= Beginning of Section =
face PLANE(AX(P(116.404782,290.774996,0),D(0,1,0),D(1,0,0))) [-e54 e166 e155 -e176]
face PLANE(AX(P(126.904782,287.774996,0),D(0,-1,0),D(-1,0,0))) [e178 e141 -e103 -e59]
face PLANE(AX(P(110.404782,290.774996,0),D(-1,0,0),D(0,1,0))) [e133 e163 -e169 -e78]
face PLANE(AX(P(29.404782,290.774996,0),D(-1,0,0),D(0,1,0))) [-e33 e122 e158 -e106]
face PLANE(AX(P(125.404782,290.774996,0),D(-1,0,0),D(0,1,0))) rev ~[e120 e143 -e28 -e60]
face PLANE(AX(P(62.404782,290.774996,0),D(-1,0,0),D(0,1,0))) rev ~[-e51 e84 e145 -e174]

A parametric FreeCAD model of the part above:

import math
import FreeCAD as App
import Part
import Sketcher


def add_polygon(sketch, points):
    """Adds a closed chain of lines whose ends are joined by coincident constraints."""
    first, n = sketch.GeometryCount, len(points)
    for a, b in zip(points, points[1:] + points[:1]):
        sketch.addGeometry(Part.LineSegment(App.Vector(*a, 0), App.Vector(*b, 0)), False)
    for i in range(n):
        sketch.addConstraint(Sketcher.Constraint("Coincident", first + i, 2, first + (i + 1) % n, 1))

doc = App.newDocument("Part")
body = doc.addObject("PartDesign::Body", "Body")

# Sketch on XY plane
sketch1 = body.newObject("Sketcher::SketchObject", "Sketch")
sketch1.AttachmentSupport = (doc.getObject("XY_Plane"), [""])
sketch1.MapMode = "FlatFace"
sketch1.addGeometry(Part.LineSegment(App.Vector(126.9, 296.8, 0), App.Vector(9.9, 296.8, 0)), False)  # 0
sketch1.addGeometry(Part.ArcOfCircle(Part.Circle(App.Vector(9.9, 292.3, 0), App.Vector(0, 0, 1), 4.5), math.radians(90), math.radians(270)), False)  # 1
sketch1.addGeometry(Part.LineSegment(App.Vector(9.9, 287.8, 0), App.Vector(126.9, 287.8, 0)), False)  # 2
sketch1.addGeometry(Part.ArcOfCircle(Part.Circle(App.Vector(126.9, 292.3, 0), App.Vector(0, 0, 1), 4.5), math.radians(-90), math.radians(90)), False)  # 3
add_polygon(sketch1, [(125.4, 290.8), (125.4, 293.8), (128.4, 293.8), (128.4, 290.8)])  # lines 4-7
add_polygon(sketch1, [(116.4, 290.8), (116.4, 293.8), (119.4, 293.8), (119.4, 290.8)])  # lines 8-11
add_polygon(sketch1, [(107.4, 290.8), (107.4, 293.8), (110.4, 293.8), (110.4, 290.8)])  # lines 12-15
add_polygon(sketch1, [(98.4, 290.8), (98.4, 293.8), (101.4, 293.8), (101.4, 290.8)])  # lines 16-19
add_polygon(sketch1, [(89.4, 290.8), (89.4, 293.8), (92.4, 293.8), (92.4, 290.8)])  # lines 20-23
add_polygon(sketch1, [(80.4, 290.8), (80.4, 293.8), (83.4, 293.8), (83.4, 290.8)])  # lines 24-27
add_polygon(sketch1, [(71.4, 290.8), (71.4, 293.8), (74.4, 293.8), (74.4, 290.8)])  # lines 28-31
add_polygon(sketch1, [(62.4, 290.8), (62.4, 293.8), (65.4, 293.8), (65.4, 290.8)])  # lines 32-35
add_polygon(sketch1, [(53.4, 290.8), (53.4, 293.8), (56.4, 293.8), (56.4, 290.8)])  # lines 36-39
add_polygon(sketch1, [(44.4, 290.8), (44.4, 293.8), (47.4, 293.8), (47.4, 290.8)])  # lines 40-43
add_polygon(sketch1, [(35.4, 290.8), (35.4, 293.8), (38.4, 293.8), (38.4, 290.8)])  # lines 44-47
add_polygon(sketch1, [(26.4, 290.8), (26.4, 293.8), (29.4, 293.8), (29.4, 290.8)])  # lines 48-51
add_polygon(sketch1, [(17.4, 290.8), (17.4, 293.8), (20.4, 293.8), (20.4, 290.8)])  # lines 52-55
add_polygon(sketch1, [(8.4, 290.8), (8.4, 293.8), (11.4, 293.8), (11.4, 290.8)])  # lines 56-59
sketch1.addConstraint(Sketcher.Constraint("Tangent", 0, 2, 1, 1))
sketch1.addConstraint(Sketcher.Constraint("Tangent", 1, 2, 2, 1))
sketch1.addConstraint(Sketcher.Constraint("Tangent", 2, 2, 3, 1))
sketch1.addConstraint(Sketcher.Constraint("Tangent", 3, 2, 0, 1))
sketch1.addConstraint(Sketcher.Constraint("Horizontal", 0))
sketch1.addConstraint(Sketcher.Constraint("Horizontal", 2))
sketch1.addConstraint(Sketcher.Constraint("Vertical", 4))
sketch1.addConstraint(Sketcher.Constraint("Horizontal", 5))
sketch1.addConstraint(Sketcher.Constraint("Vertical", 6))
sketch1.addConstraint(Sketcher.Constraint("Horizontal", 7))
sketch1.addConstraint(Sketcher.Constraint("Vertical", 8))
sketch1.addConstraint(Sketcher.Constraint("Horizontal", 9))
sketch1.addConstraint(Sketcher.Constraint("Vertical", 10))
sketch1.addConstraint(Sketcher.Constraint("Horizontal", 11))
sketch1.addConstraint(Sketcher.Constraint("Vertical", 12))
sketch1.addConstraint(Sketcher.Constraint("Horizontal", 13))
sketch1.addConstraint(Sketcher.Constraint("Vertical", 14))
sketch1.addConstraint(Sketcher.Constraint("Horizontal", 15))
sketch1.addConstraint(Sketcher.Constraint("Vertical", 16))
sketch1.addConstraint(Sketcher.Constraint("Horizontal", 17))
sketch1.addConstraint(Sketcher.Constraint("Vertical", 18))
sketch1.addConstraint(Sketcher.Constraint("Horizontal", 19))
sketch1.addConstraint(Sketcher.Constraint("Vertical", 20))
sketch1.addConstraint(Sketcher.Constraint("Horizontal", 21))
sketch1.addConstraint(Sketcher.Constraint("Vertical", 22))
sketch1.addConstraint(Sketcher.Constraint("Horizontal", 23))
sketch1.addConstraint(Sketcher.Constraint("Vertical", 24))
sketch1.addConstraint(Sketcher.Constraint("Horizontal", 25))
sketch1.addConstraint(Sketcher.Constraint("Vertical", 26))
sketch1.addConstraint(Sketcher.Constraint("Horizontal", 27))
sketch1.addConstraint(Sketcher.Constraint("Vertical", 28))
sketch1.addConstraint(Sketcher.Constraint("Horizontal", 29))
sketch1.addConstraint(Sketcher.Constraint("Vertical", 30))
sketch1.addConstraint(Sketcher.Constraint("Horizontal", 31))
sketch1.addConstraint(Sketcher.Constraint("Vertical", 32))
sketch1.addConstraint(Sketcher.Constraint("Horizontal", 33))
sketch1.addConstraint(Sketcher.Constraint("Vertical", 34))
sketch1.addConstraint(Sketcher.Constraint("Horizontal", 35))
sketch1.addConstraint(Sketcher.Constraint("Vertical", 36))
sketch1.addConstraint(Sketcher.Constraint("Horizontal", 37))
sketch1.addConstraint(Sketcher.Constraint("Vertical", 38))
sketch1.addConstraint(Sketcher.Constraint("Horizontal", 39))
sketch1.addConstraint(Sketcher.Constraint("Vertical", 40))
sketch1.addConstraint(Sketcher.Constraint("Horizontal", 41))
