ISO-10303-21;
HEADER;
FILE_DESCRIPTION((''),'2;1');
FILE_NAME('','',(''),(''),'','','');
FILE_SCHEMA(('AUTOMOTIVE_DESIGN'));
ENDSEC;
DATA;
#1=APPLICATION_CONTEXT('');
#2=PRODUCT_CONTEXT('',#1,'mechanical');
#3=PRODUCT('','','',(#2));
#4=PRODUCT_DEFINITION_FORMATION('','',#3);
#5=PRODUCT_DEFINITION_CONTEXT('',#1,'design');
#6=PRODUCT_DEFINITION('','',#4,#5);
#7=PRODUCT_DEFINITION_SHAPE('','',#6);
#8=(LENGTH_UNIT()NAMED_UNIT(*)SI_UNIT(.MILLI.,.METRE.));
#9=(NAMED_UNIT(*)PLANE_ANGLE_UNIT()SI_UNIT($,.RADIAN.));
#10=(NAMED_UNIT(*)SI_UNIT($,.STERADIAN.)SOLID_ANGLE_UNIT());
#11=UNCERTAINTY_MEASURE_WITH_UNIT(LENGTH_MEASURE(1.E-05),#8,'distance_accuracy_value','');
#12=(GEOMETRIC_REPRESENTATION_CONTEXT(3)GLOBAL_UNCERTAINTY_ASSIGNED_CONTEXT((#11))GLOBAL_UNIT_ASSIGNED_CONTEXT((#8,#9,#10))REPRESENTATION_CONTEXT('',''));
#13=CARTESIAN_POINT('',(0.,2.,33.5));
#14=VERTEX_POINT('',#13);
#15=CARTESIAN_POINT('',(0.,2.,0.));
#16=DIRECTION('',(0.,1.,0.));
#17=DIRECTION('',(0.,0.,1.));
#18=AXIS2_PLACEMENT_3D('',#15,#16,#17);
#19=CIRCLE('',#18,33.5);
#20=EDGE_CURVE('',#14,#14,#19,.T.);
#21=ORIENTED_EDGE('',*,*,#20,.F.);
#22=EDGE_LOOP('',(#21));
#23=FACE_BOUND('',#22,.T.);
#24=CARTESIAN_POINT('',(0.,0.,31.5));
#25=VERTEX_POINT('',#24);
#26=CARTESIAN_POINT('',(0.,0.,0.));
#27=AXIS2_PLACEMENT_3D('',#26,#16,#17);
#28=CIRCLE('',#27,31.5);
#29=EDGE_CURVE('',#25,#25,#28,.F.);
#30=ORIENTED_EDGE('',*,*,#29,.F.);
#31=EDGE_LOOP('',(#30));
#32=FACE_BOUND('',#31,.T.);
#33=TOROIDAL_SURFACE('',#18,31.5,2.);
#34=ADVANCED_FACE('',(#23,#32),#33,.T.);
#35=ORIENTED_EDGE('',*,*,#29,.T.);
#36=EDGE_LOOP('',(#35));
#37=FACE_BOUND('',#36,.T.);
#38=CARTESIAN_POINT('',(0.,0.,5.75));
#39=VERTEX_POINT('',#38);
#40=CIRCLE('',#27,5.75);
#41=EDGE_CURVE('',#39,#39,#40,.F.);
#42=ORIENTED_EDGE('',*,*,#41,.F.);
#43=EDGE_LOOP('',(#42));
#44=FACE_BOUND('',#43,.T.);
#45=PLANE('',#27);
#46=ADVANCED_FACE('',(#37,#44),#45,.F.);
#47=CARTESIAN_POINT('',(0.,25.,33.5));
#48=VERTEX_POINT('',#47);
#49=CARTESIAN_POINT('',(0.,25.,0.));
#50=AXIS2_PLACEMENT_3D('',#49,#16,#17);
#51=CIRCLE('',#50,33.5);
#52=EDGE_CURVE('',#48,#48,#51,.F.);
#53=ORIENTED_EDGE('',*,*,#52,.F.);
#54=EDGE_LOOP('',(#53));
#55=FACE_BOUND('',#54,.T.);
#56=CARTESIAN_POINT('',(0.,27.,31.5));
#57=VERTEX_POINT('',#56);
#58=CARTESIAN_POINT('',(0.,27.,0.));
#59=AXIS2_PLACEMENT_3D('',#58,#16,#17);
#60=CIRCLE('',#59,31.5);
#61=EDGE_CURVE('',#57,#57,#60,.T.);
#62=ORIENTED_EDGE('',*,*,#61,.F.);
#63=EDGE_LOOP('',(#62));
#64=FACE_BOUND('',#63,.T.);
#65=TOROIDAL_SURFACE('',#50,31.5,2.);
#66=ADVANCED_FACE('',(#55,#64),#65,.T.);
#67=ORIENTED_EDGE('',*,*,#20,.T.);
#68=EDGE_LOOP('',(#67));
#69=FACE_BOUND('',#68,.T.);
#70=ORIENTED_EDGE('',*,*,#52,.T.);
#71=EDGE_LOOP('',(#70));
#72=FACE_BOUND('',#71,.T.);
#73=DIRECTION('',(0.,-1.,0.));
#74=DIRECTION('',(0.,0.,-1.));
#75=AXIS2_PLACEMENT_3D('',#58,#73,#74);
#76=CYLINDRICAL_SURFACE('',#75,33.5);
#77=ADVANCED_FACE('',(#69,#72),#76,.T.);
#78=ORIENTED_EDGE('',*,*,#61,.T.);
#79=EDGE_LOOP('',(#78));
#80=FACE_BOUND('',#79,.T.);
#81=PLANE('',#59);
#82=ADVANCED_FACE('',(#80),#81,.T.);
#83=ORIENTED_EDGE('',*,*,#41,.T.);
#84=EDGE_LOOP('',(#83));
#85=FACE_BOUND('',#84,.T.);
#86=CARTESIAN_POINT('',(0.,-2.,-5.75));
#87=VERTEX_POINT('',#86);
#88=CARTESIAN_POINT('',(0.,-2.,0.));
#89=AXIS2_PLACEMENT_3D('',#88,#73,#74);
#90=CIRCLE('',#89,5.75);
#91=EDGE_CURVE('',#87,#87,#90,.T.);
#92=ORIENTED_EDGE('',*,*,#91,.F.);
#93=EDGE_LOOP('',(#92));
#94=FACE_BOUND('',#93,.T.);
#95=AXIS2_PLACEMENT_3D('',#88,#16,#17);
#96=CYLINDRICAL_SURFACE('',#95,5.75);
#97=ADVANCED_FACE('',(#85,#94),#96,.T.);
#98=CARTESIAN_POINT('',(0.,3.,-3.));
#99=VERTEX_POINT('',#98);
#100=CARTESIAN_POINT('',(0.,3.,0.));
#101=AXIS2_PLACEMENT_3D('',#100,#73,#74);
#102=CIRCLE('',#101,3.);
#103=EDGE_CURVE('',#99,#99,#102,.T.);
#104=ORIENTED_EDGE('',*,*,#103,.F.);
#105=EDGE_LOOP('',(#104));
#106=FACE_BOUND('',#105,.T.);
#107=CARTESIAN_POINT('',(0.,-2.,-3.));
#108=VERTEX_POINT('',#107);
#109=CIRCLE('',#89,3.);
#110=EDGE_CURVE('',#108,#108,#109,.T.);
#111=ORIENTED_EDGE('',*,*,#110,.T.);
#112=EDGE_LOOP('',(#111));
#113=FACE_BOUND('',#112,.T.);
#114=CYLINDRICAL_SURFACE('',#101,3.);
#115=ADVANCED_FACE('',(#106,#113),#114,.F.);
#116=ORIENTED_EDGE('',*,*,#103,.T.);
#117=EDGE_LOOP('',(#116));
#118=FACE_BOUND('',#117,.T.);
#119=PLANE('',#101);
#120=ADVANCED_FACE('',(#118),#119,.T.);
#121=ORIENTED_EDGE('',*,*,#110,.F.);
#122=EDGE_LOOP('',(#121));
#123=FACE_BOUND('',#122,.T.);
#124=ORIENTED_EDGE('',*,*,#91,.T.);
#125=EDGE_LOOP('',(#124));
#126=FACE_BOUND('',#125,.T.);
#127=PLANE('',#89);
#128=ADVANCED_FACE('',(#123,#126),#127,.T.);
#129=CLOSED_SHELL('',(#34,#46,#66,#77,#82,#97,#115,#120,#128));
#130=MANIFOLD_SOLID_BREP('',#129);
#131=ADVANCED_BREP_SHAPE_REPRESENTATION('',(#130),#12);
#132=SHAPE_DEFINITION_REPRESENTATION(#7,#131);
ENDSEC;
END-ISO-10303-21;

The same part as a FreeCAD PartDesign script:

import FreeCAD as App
import Part
import Sketcher
from FreeCAD import Vector
Q = App.Units.Quantity


def edges_at(feature, points):
    """Names of the edges that pass closest to the given points."""
    edges = feature.Shape.Edges
    near = lambda p: min(range(len(edges)), key=lambda i: edges[i].distToShape(Part.Vertex(*p))[0])
    return sorted({f"Edge{near(p) + 1}" for p in points})

doc = App.newDocument("Part")
body = doc.addObject("PartDesign::Body", "Body")

# Sketch on XZ plane
sketch1 = doc.addObject("Sketcher::SketchObject", "Sketch")
body.addObject(sketch1)
sketch1.AttachmentSupport = (doc.XZ_Plane, [""])
sketch1.MapMode = "FlatFace"
sketch1.addGeometry(Part.Circle(Vector(0, 0, 0), Vector(0, 0, 1), 34), False)
sketch1.addConstraint([
    Sketcher.Constraint("Coincident", 0, 3, -1, 1),
    Sketcher.Constraint("Diameter", 0, Q("67 mm")),
])
pad1 = doc.addObject("PartDesign::Pad", "Pad")
body.addObject(pad1)
pad1.Profile = sketch1
pad1.Length = 27
pad1.Reversed = True
doc.recompute()

fillet = doc.addObject("PartDesign::Fillet", "Fillet")
body.addObject(fillet)
fillet.Base = (pad1, edges_at(pad1, [(0, 0, -33.5), (0, 27, -33.5)]))
fillet.Radius = 2

# Sketch on XZ plane
sketch2 = doc.addObject("Sketcher::SketchObject", "Sketch001")
body.addObject(sketch2)
sketch2.AttachmentSupport = (doc.XZ_Plane, [""])
sketch2.MapMode = "FlatFace"
sketch2.addGeometry(Part.Circle(Vector(0, 0, 0), Vector(0, 0, 1), 6), False)
sketch2.addConstraint([
    Sketcher.Constraint("Coincident", 0, 3, -1, 1),
    Sketcher.Constraint("Diameter", 0, Q("11.5 mm")),
])
pad2 = doc.addObject("PartDesign::Pad", "Pad001")
body.addObject(pad2)
pad2.Profile = sketch2
pad2.Length = 2

# Sketch on XZ plane
sketch3 = doc.addObject("Sketcher::SketchObject", "Sketch002")
body.addObject(sketch3)
sketch3.AttachmentSupport = (doc.XZ_Plane, [""])
sketch3.MapMode = "FlatFace"
sketch3.AttachmentOffset = App.Placement(Vector(0, 0, 2), App.Rotation())
sketch3.addGeometry(Part.Circle(Vector(0, 0, 0), Vector(0, 0, 1), 3), False)
sketch3.addConstraint([
    Sketcher.Constraint("Coincident", 0, 3, -1, 1),
    Sketcher.Constraint("Diameter", 0, Q("6 mm")),
])
pocket1 = doc.addObject("PartDesign::Pocket", "Pocket")
body.addObject(pocket1)
pocket1.Profile = sketch3
pocket1.Length = 5

doc.recompute()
= End of Section =
## TASK DESCRIPTION
Note how many lines of the entries contain the string "LineSegment", then give that number by itself.

## REPLY
3